Из Казани в Омск я добиралась в теплушке два месяца. Звоню в дверь. На меня смотрят удивленно: это что еще за явление?..
- Я - Таня, - говорю растерянно. (А как же «пригреть, обнять, прижать к груди»?..)
- Да, да, Танюша, конечно…
В голосе тетки тоже растерянность. И я понимаю, что она просто забыла о моем приезде. К тому же, как выяснилось потом, я явилась в самый разгар семейной драмы. Тетка с двумя сестрами и сыном в Омске. А муж крутит в Москве роман с молодой латышкой. До племянницы ли в такой ситуации?
В Омске я узнала о гибели моего брата. Похоронка пришла маме в лагерь, а мне почтальон принес перевод на сто рублей. На обороте значились только имя и фамилия: Юрий Беленький - и ни одного слова приписки. Это значило, что на случай гибели он просил переслать сестре все свои деньги. Рыдаю над этим переводом, тетка смотрит равнодушно: «Что поделаешь, война».
Бегу в школу к нашей любимой учительнице Клавдии Федоровне, показываю ей перевод, говорю: «Теперь у меня не осталось никакой защиты». Она садится рядом со мной на парту, обнимает меня: «Бедная девочка».
Но были, конечно, и свои радости. В Омск был эвакуирован Театр имени Вахтангова. И наш одноклассник, сын вахтанговской актрисы, доставал нам контрамарки на все спектакли. Мало того, мы ставили спектакли и сами. Наша Клавдия Федоровна считала, что учить историю только по учебникам недостаточно. Она и была у нас режиссером. В «Декабристах» я играла княгиню Волконскую. Успех. Нам, шестиклассникам, рукоплескали сами старшеклассники, такое только во сне могло присниться. Я снимала костюм княгини, надевала свои рваные ботинки, вместо подошвы подкладывался кусок картона, и, счастливая, добегала в них до дома по деревянным омским тротуарам.
А летом нас, шестиклассников, посылали в колхоз на работу. Нормы большие: окучить 8 соток картошки за день. Трудно, спина не разгибается, зато мы получали по шестьсот грамм хлеба на день. Буханку в кило восемьсот нам выдавали на три дня. Мы ее съедали сразу, не задумываясь о завтрашнем дне. А завтра похлебаем баланду, которую готовила разбитная повариха, - и ладно…
В итоге скажу: жизнь у папиного брата, как потом и у папиной сестры в Омске, была трудна. Все, о чем я вспоминаю, мелочи, но они непереносимы для ребенка.
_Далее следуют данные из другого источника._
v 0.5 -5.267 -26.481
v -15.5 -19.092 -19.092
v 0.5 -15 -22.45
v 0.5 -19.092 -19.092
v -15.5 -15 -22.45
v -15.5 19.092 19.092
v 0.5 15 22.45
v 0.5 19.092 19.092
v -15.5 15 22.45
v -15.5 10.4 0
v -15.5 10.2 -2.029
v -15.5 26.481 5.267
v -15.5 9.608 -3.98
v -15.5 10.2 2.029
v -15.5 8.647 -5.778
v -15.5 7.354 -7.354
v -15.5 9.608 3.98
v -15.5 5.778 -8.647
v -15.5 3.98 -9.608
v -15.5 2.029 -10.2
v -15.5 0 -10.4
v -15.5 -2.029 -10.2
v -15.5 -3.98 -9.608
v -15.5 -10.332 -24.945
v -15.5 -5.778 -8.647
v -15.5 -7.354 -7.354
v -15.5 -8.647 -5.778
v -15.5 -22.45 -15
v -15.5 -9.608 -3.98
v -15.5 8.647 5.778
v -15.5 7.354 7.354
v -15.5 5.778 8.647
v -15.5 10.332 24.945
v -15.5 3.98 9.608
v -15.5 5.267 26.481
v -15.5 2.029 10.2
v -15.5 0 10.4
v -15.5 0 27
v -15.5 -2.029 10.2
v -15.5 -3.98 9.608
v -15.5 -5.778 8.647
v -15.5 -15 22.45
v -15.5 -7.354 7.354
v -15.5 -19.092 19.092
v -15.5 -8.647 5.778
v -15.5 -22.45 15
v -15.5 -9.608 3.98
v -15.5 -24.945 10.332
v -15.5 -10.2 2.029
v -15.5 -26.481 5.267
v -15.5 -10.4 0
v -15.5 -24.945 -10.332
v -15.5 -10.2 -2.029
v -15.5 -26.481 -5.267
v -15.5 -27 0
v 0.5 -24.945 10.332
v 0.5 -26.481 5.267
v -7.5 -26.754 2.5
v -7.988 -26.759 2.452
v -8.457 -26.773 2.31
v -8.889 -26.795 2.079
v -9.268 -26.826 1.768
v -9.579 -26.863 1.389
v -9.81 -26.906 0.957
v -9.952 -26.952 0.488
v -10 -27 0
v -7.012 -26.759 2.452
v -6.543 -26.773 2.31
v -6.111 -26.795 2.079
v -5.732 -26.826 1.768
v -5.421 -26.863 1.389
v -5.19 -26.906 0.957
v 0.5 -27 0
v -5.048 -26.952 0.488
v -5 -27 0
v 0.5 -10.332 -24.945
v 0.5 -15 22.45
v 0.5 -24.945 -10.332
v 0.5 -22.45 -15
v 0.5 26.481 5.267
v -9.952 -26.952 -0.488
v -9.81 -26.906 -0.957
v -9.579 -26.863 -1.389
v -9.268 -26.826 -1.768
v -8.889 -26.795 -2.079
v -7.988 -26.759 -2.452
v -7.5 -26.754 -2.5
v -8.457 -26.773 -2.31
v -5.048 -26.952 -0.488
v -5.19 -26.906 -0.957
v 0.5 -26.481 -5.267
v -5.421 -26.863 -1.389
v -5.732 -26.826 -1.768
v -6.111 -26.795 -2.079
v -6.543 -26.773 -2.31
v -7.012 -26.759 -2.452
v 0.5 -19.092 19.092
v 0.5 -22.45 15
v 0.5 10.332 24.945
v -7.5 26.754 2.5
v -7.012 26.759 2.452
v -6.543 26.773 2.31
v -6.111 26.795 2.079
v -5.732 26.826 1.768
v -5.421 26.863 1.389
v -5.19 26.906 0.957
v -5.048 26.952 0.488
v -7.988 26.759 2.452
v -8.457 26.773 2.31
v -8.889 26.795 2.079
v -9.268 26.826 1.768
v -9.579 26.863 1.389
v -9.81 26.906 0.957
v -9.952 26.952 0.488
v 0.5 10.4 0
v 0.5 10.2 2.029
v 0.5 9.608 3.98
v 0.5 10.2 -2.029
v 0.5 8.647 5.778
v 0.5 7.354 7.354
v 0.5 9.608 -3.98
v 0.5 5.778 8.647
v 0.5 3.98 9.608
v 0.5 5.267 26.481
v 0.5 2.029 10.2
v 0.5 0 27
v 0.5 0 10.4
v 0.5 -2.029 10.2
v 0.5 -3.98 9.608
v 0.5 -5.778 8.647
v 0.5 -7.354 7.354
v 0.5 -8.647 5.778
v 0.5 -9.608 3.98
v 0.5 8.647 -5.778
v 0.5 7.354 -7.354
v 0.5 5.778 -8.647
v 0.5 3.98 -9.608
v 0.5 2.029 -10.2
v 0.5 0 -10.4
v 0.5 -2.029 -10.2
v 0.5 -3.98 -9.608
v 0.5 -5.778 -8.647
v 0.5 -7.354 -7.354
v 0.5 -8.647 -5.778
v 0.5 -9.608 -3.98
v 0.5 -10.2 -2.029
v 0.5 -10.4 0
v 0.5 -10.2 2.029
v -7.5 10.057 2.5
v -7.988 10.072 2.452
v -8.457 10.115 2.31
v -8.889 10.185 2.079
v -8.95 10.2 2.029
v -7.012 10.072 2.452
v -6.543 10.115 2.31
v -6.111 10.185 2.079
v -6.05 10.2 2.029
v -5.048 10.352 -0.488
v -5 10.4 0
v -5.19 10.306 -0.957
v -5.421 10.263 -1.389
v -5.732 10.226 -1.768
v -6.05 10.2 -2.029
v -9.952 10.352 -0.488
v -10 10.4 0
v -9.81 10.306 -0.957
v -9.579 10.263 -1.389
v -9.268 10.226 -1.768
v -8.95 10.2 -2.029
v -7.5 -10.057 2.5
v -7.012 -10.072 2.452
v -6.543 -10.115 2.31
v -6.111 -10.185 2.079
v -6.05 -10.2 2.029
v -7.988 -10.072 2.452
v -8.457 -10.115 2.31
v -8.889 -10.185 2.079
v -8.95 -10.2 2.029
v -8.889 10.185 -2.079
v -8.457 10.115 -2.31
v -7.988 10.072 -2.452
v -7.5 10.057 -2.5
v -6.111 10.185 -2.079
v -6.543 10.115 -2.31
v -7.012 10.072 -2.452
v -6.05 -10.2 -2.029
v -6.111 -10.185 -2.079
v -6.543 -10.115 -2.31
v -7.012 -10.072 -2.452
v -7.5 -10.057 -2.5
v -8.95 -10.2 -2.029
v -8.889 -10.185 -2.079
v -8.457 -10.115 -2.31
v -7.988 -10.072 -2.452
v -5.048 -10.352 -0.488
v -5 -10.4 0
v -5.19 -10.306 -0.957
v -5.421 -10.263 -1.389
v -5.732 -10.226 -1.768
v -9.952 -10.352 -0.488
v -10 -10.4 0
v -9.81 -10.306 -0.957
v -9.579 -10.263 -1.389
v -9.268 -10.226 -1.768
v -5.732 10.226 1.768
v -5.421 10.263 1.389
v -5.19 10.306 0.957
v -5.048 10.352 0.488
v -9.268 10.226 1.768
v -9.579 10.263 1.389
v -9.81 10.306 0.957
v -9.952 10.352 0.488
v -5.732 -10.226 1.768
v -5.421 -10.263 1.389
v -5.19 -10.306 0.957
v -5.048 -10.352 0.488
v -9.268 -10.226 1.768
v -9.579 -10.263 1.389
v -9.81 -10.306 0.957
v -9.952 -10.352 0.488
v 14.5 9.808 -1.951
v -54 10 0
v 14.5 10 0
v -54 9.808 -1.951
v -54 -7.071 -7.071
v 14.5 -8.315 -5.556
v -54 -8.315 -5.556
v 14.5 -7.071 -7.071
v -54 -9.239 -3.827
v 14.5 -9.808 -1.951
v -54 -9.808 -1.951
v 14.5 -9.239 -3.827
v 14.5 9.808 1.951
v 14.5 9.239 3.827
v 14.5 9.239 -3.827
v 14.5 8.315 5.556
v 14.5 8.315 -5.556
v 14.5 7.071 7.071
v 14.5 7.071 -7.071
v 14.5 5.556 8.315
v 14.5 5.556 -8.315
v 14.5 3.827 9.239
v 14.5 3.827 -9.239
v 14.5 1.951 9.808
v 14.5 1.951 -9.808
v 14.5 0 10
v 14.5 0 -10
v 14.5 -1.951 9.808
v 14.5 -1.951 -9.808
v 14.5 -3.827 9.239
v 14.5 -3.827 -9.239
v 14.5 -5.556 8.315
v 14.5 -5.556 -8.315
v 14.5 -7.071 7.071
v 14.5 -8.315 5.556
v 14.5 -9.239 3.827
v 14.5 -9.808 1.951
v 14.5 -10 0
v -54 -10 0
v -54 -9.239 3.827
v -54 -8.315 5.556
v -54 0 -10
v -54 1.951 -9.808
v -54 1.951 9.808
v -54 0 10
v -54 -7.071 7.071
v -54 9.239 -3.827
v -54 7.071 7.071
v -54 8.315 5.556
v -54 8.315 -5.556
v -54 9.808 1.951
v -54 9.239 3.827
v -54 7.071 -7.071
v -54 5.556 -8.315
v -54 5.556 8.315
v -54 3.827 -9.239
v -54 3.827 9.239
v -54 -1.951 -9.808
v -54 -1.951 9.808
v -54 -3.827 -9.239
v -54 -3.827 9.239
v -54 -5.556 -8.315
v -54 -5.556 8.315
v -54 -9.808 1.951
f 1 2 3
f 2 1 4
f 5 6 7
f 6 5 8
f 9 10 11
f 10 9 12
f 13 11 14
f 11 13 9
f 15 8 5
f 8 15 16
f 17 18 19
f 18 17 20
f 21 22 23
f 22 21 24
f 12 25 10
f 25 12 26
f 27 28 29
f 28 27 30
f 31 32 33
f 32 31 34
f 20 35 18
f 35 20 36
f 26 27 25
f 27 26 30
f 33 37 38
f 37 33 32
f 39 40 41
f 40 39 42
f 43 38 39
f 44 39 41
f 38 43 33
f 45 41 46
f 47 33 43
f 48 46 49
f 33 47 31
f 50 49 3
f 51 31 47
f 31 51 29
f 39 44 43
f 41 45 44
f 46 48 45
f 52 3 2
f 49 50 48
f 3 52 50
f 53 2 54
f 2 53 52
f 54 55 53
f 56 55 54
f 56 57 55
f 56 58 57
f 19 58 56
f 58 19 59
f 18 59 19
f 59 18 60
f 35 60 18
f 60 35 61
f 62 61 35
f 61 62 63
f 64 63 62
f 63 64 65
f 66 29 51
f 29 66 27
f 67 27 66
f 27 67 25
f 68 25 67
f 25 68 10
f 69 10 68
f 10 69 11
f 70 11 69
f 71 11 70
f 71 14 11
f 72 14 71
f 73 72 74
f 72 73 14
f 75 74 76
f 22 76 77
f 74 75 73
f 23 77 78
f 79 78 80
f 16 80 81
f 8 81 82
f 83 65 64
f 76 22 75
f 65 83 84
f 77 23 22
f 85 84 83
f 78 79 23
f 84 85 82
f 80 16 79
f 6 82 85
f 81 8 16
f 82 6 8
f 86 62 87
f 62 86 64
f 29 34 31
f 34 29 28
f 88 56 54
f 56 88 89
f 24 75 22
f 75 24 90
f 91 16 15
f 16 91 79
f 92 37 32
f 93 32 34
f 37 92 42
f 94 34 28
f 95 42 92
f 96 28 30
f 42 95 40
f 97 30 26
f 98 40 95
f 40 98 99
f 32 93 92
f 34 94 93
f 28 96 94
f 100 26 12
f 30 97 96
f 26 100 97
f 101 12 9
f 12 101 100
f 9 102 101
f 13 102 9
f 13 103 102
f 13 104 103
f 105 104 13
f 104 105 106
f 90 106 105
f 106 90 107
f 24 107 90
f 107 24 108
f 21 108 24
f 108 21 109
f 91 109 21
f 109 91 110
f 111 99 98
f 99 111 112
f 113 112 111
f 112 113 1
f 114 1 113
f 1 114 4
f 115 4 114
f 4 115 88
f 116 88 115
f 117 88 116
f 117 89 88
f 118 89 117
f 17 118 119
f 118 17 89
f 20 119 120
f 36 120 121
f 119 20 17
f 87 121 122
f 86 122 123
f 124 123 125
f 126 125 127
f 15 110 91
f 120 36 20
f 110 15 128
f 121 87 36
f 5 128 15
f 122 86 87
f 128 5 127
Москва. Серое зимнее утро. Мы завтракаем. Тетка кладет на тарелку себе и дочери белый хлеб, нам с дядей - серый. Дядя этого не замечает, он погружен в свои мысли. Мы делаем себе бутерброды - масло и джем. (Реклама тех лет: «А я ем варенье и джем».) Но эта разница в хлебе унизительна - хочется заплакать или выйти из-за стола, сказав: «Спасибо, я сыта». Нет, делаю вид, что все хорошо. Кофе пьют только взрослые - детям вредно, но банка со сгущенным молоком запирается после завтрака в шкаф. От кого? От меня, от домработницы? Думаю про себя: мама моя никогда бы так не поступила. Или: едем летом на Украину - там жизнь дешевле, а дядька мой, несмотря на свой высокий чин, получает скромную зарплату. А тут еще лишний рот - я. И все-таки тетка покупает нам вышитые украинские блузки. Ну купи одинаковые, сообрази. Нет, у меня вышито только чернокрасным крестиком, а у Вики там и желтый, и зеленый, и красный цвет. Красивее, конечно. Опять чувствую себя сиротой.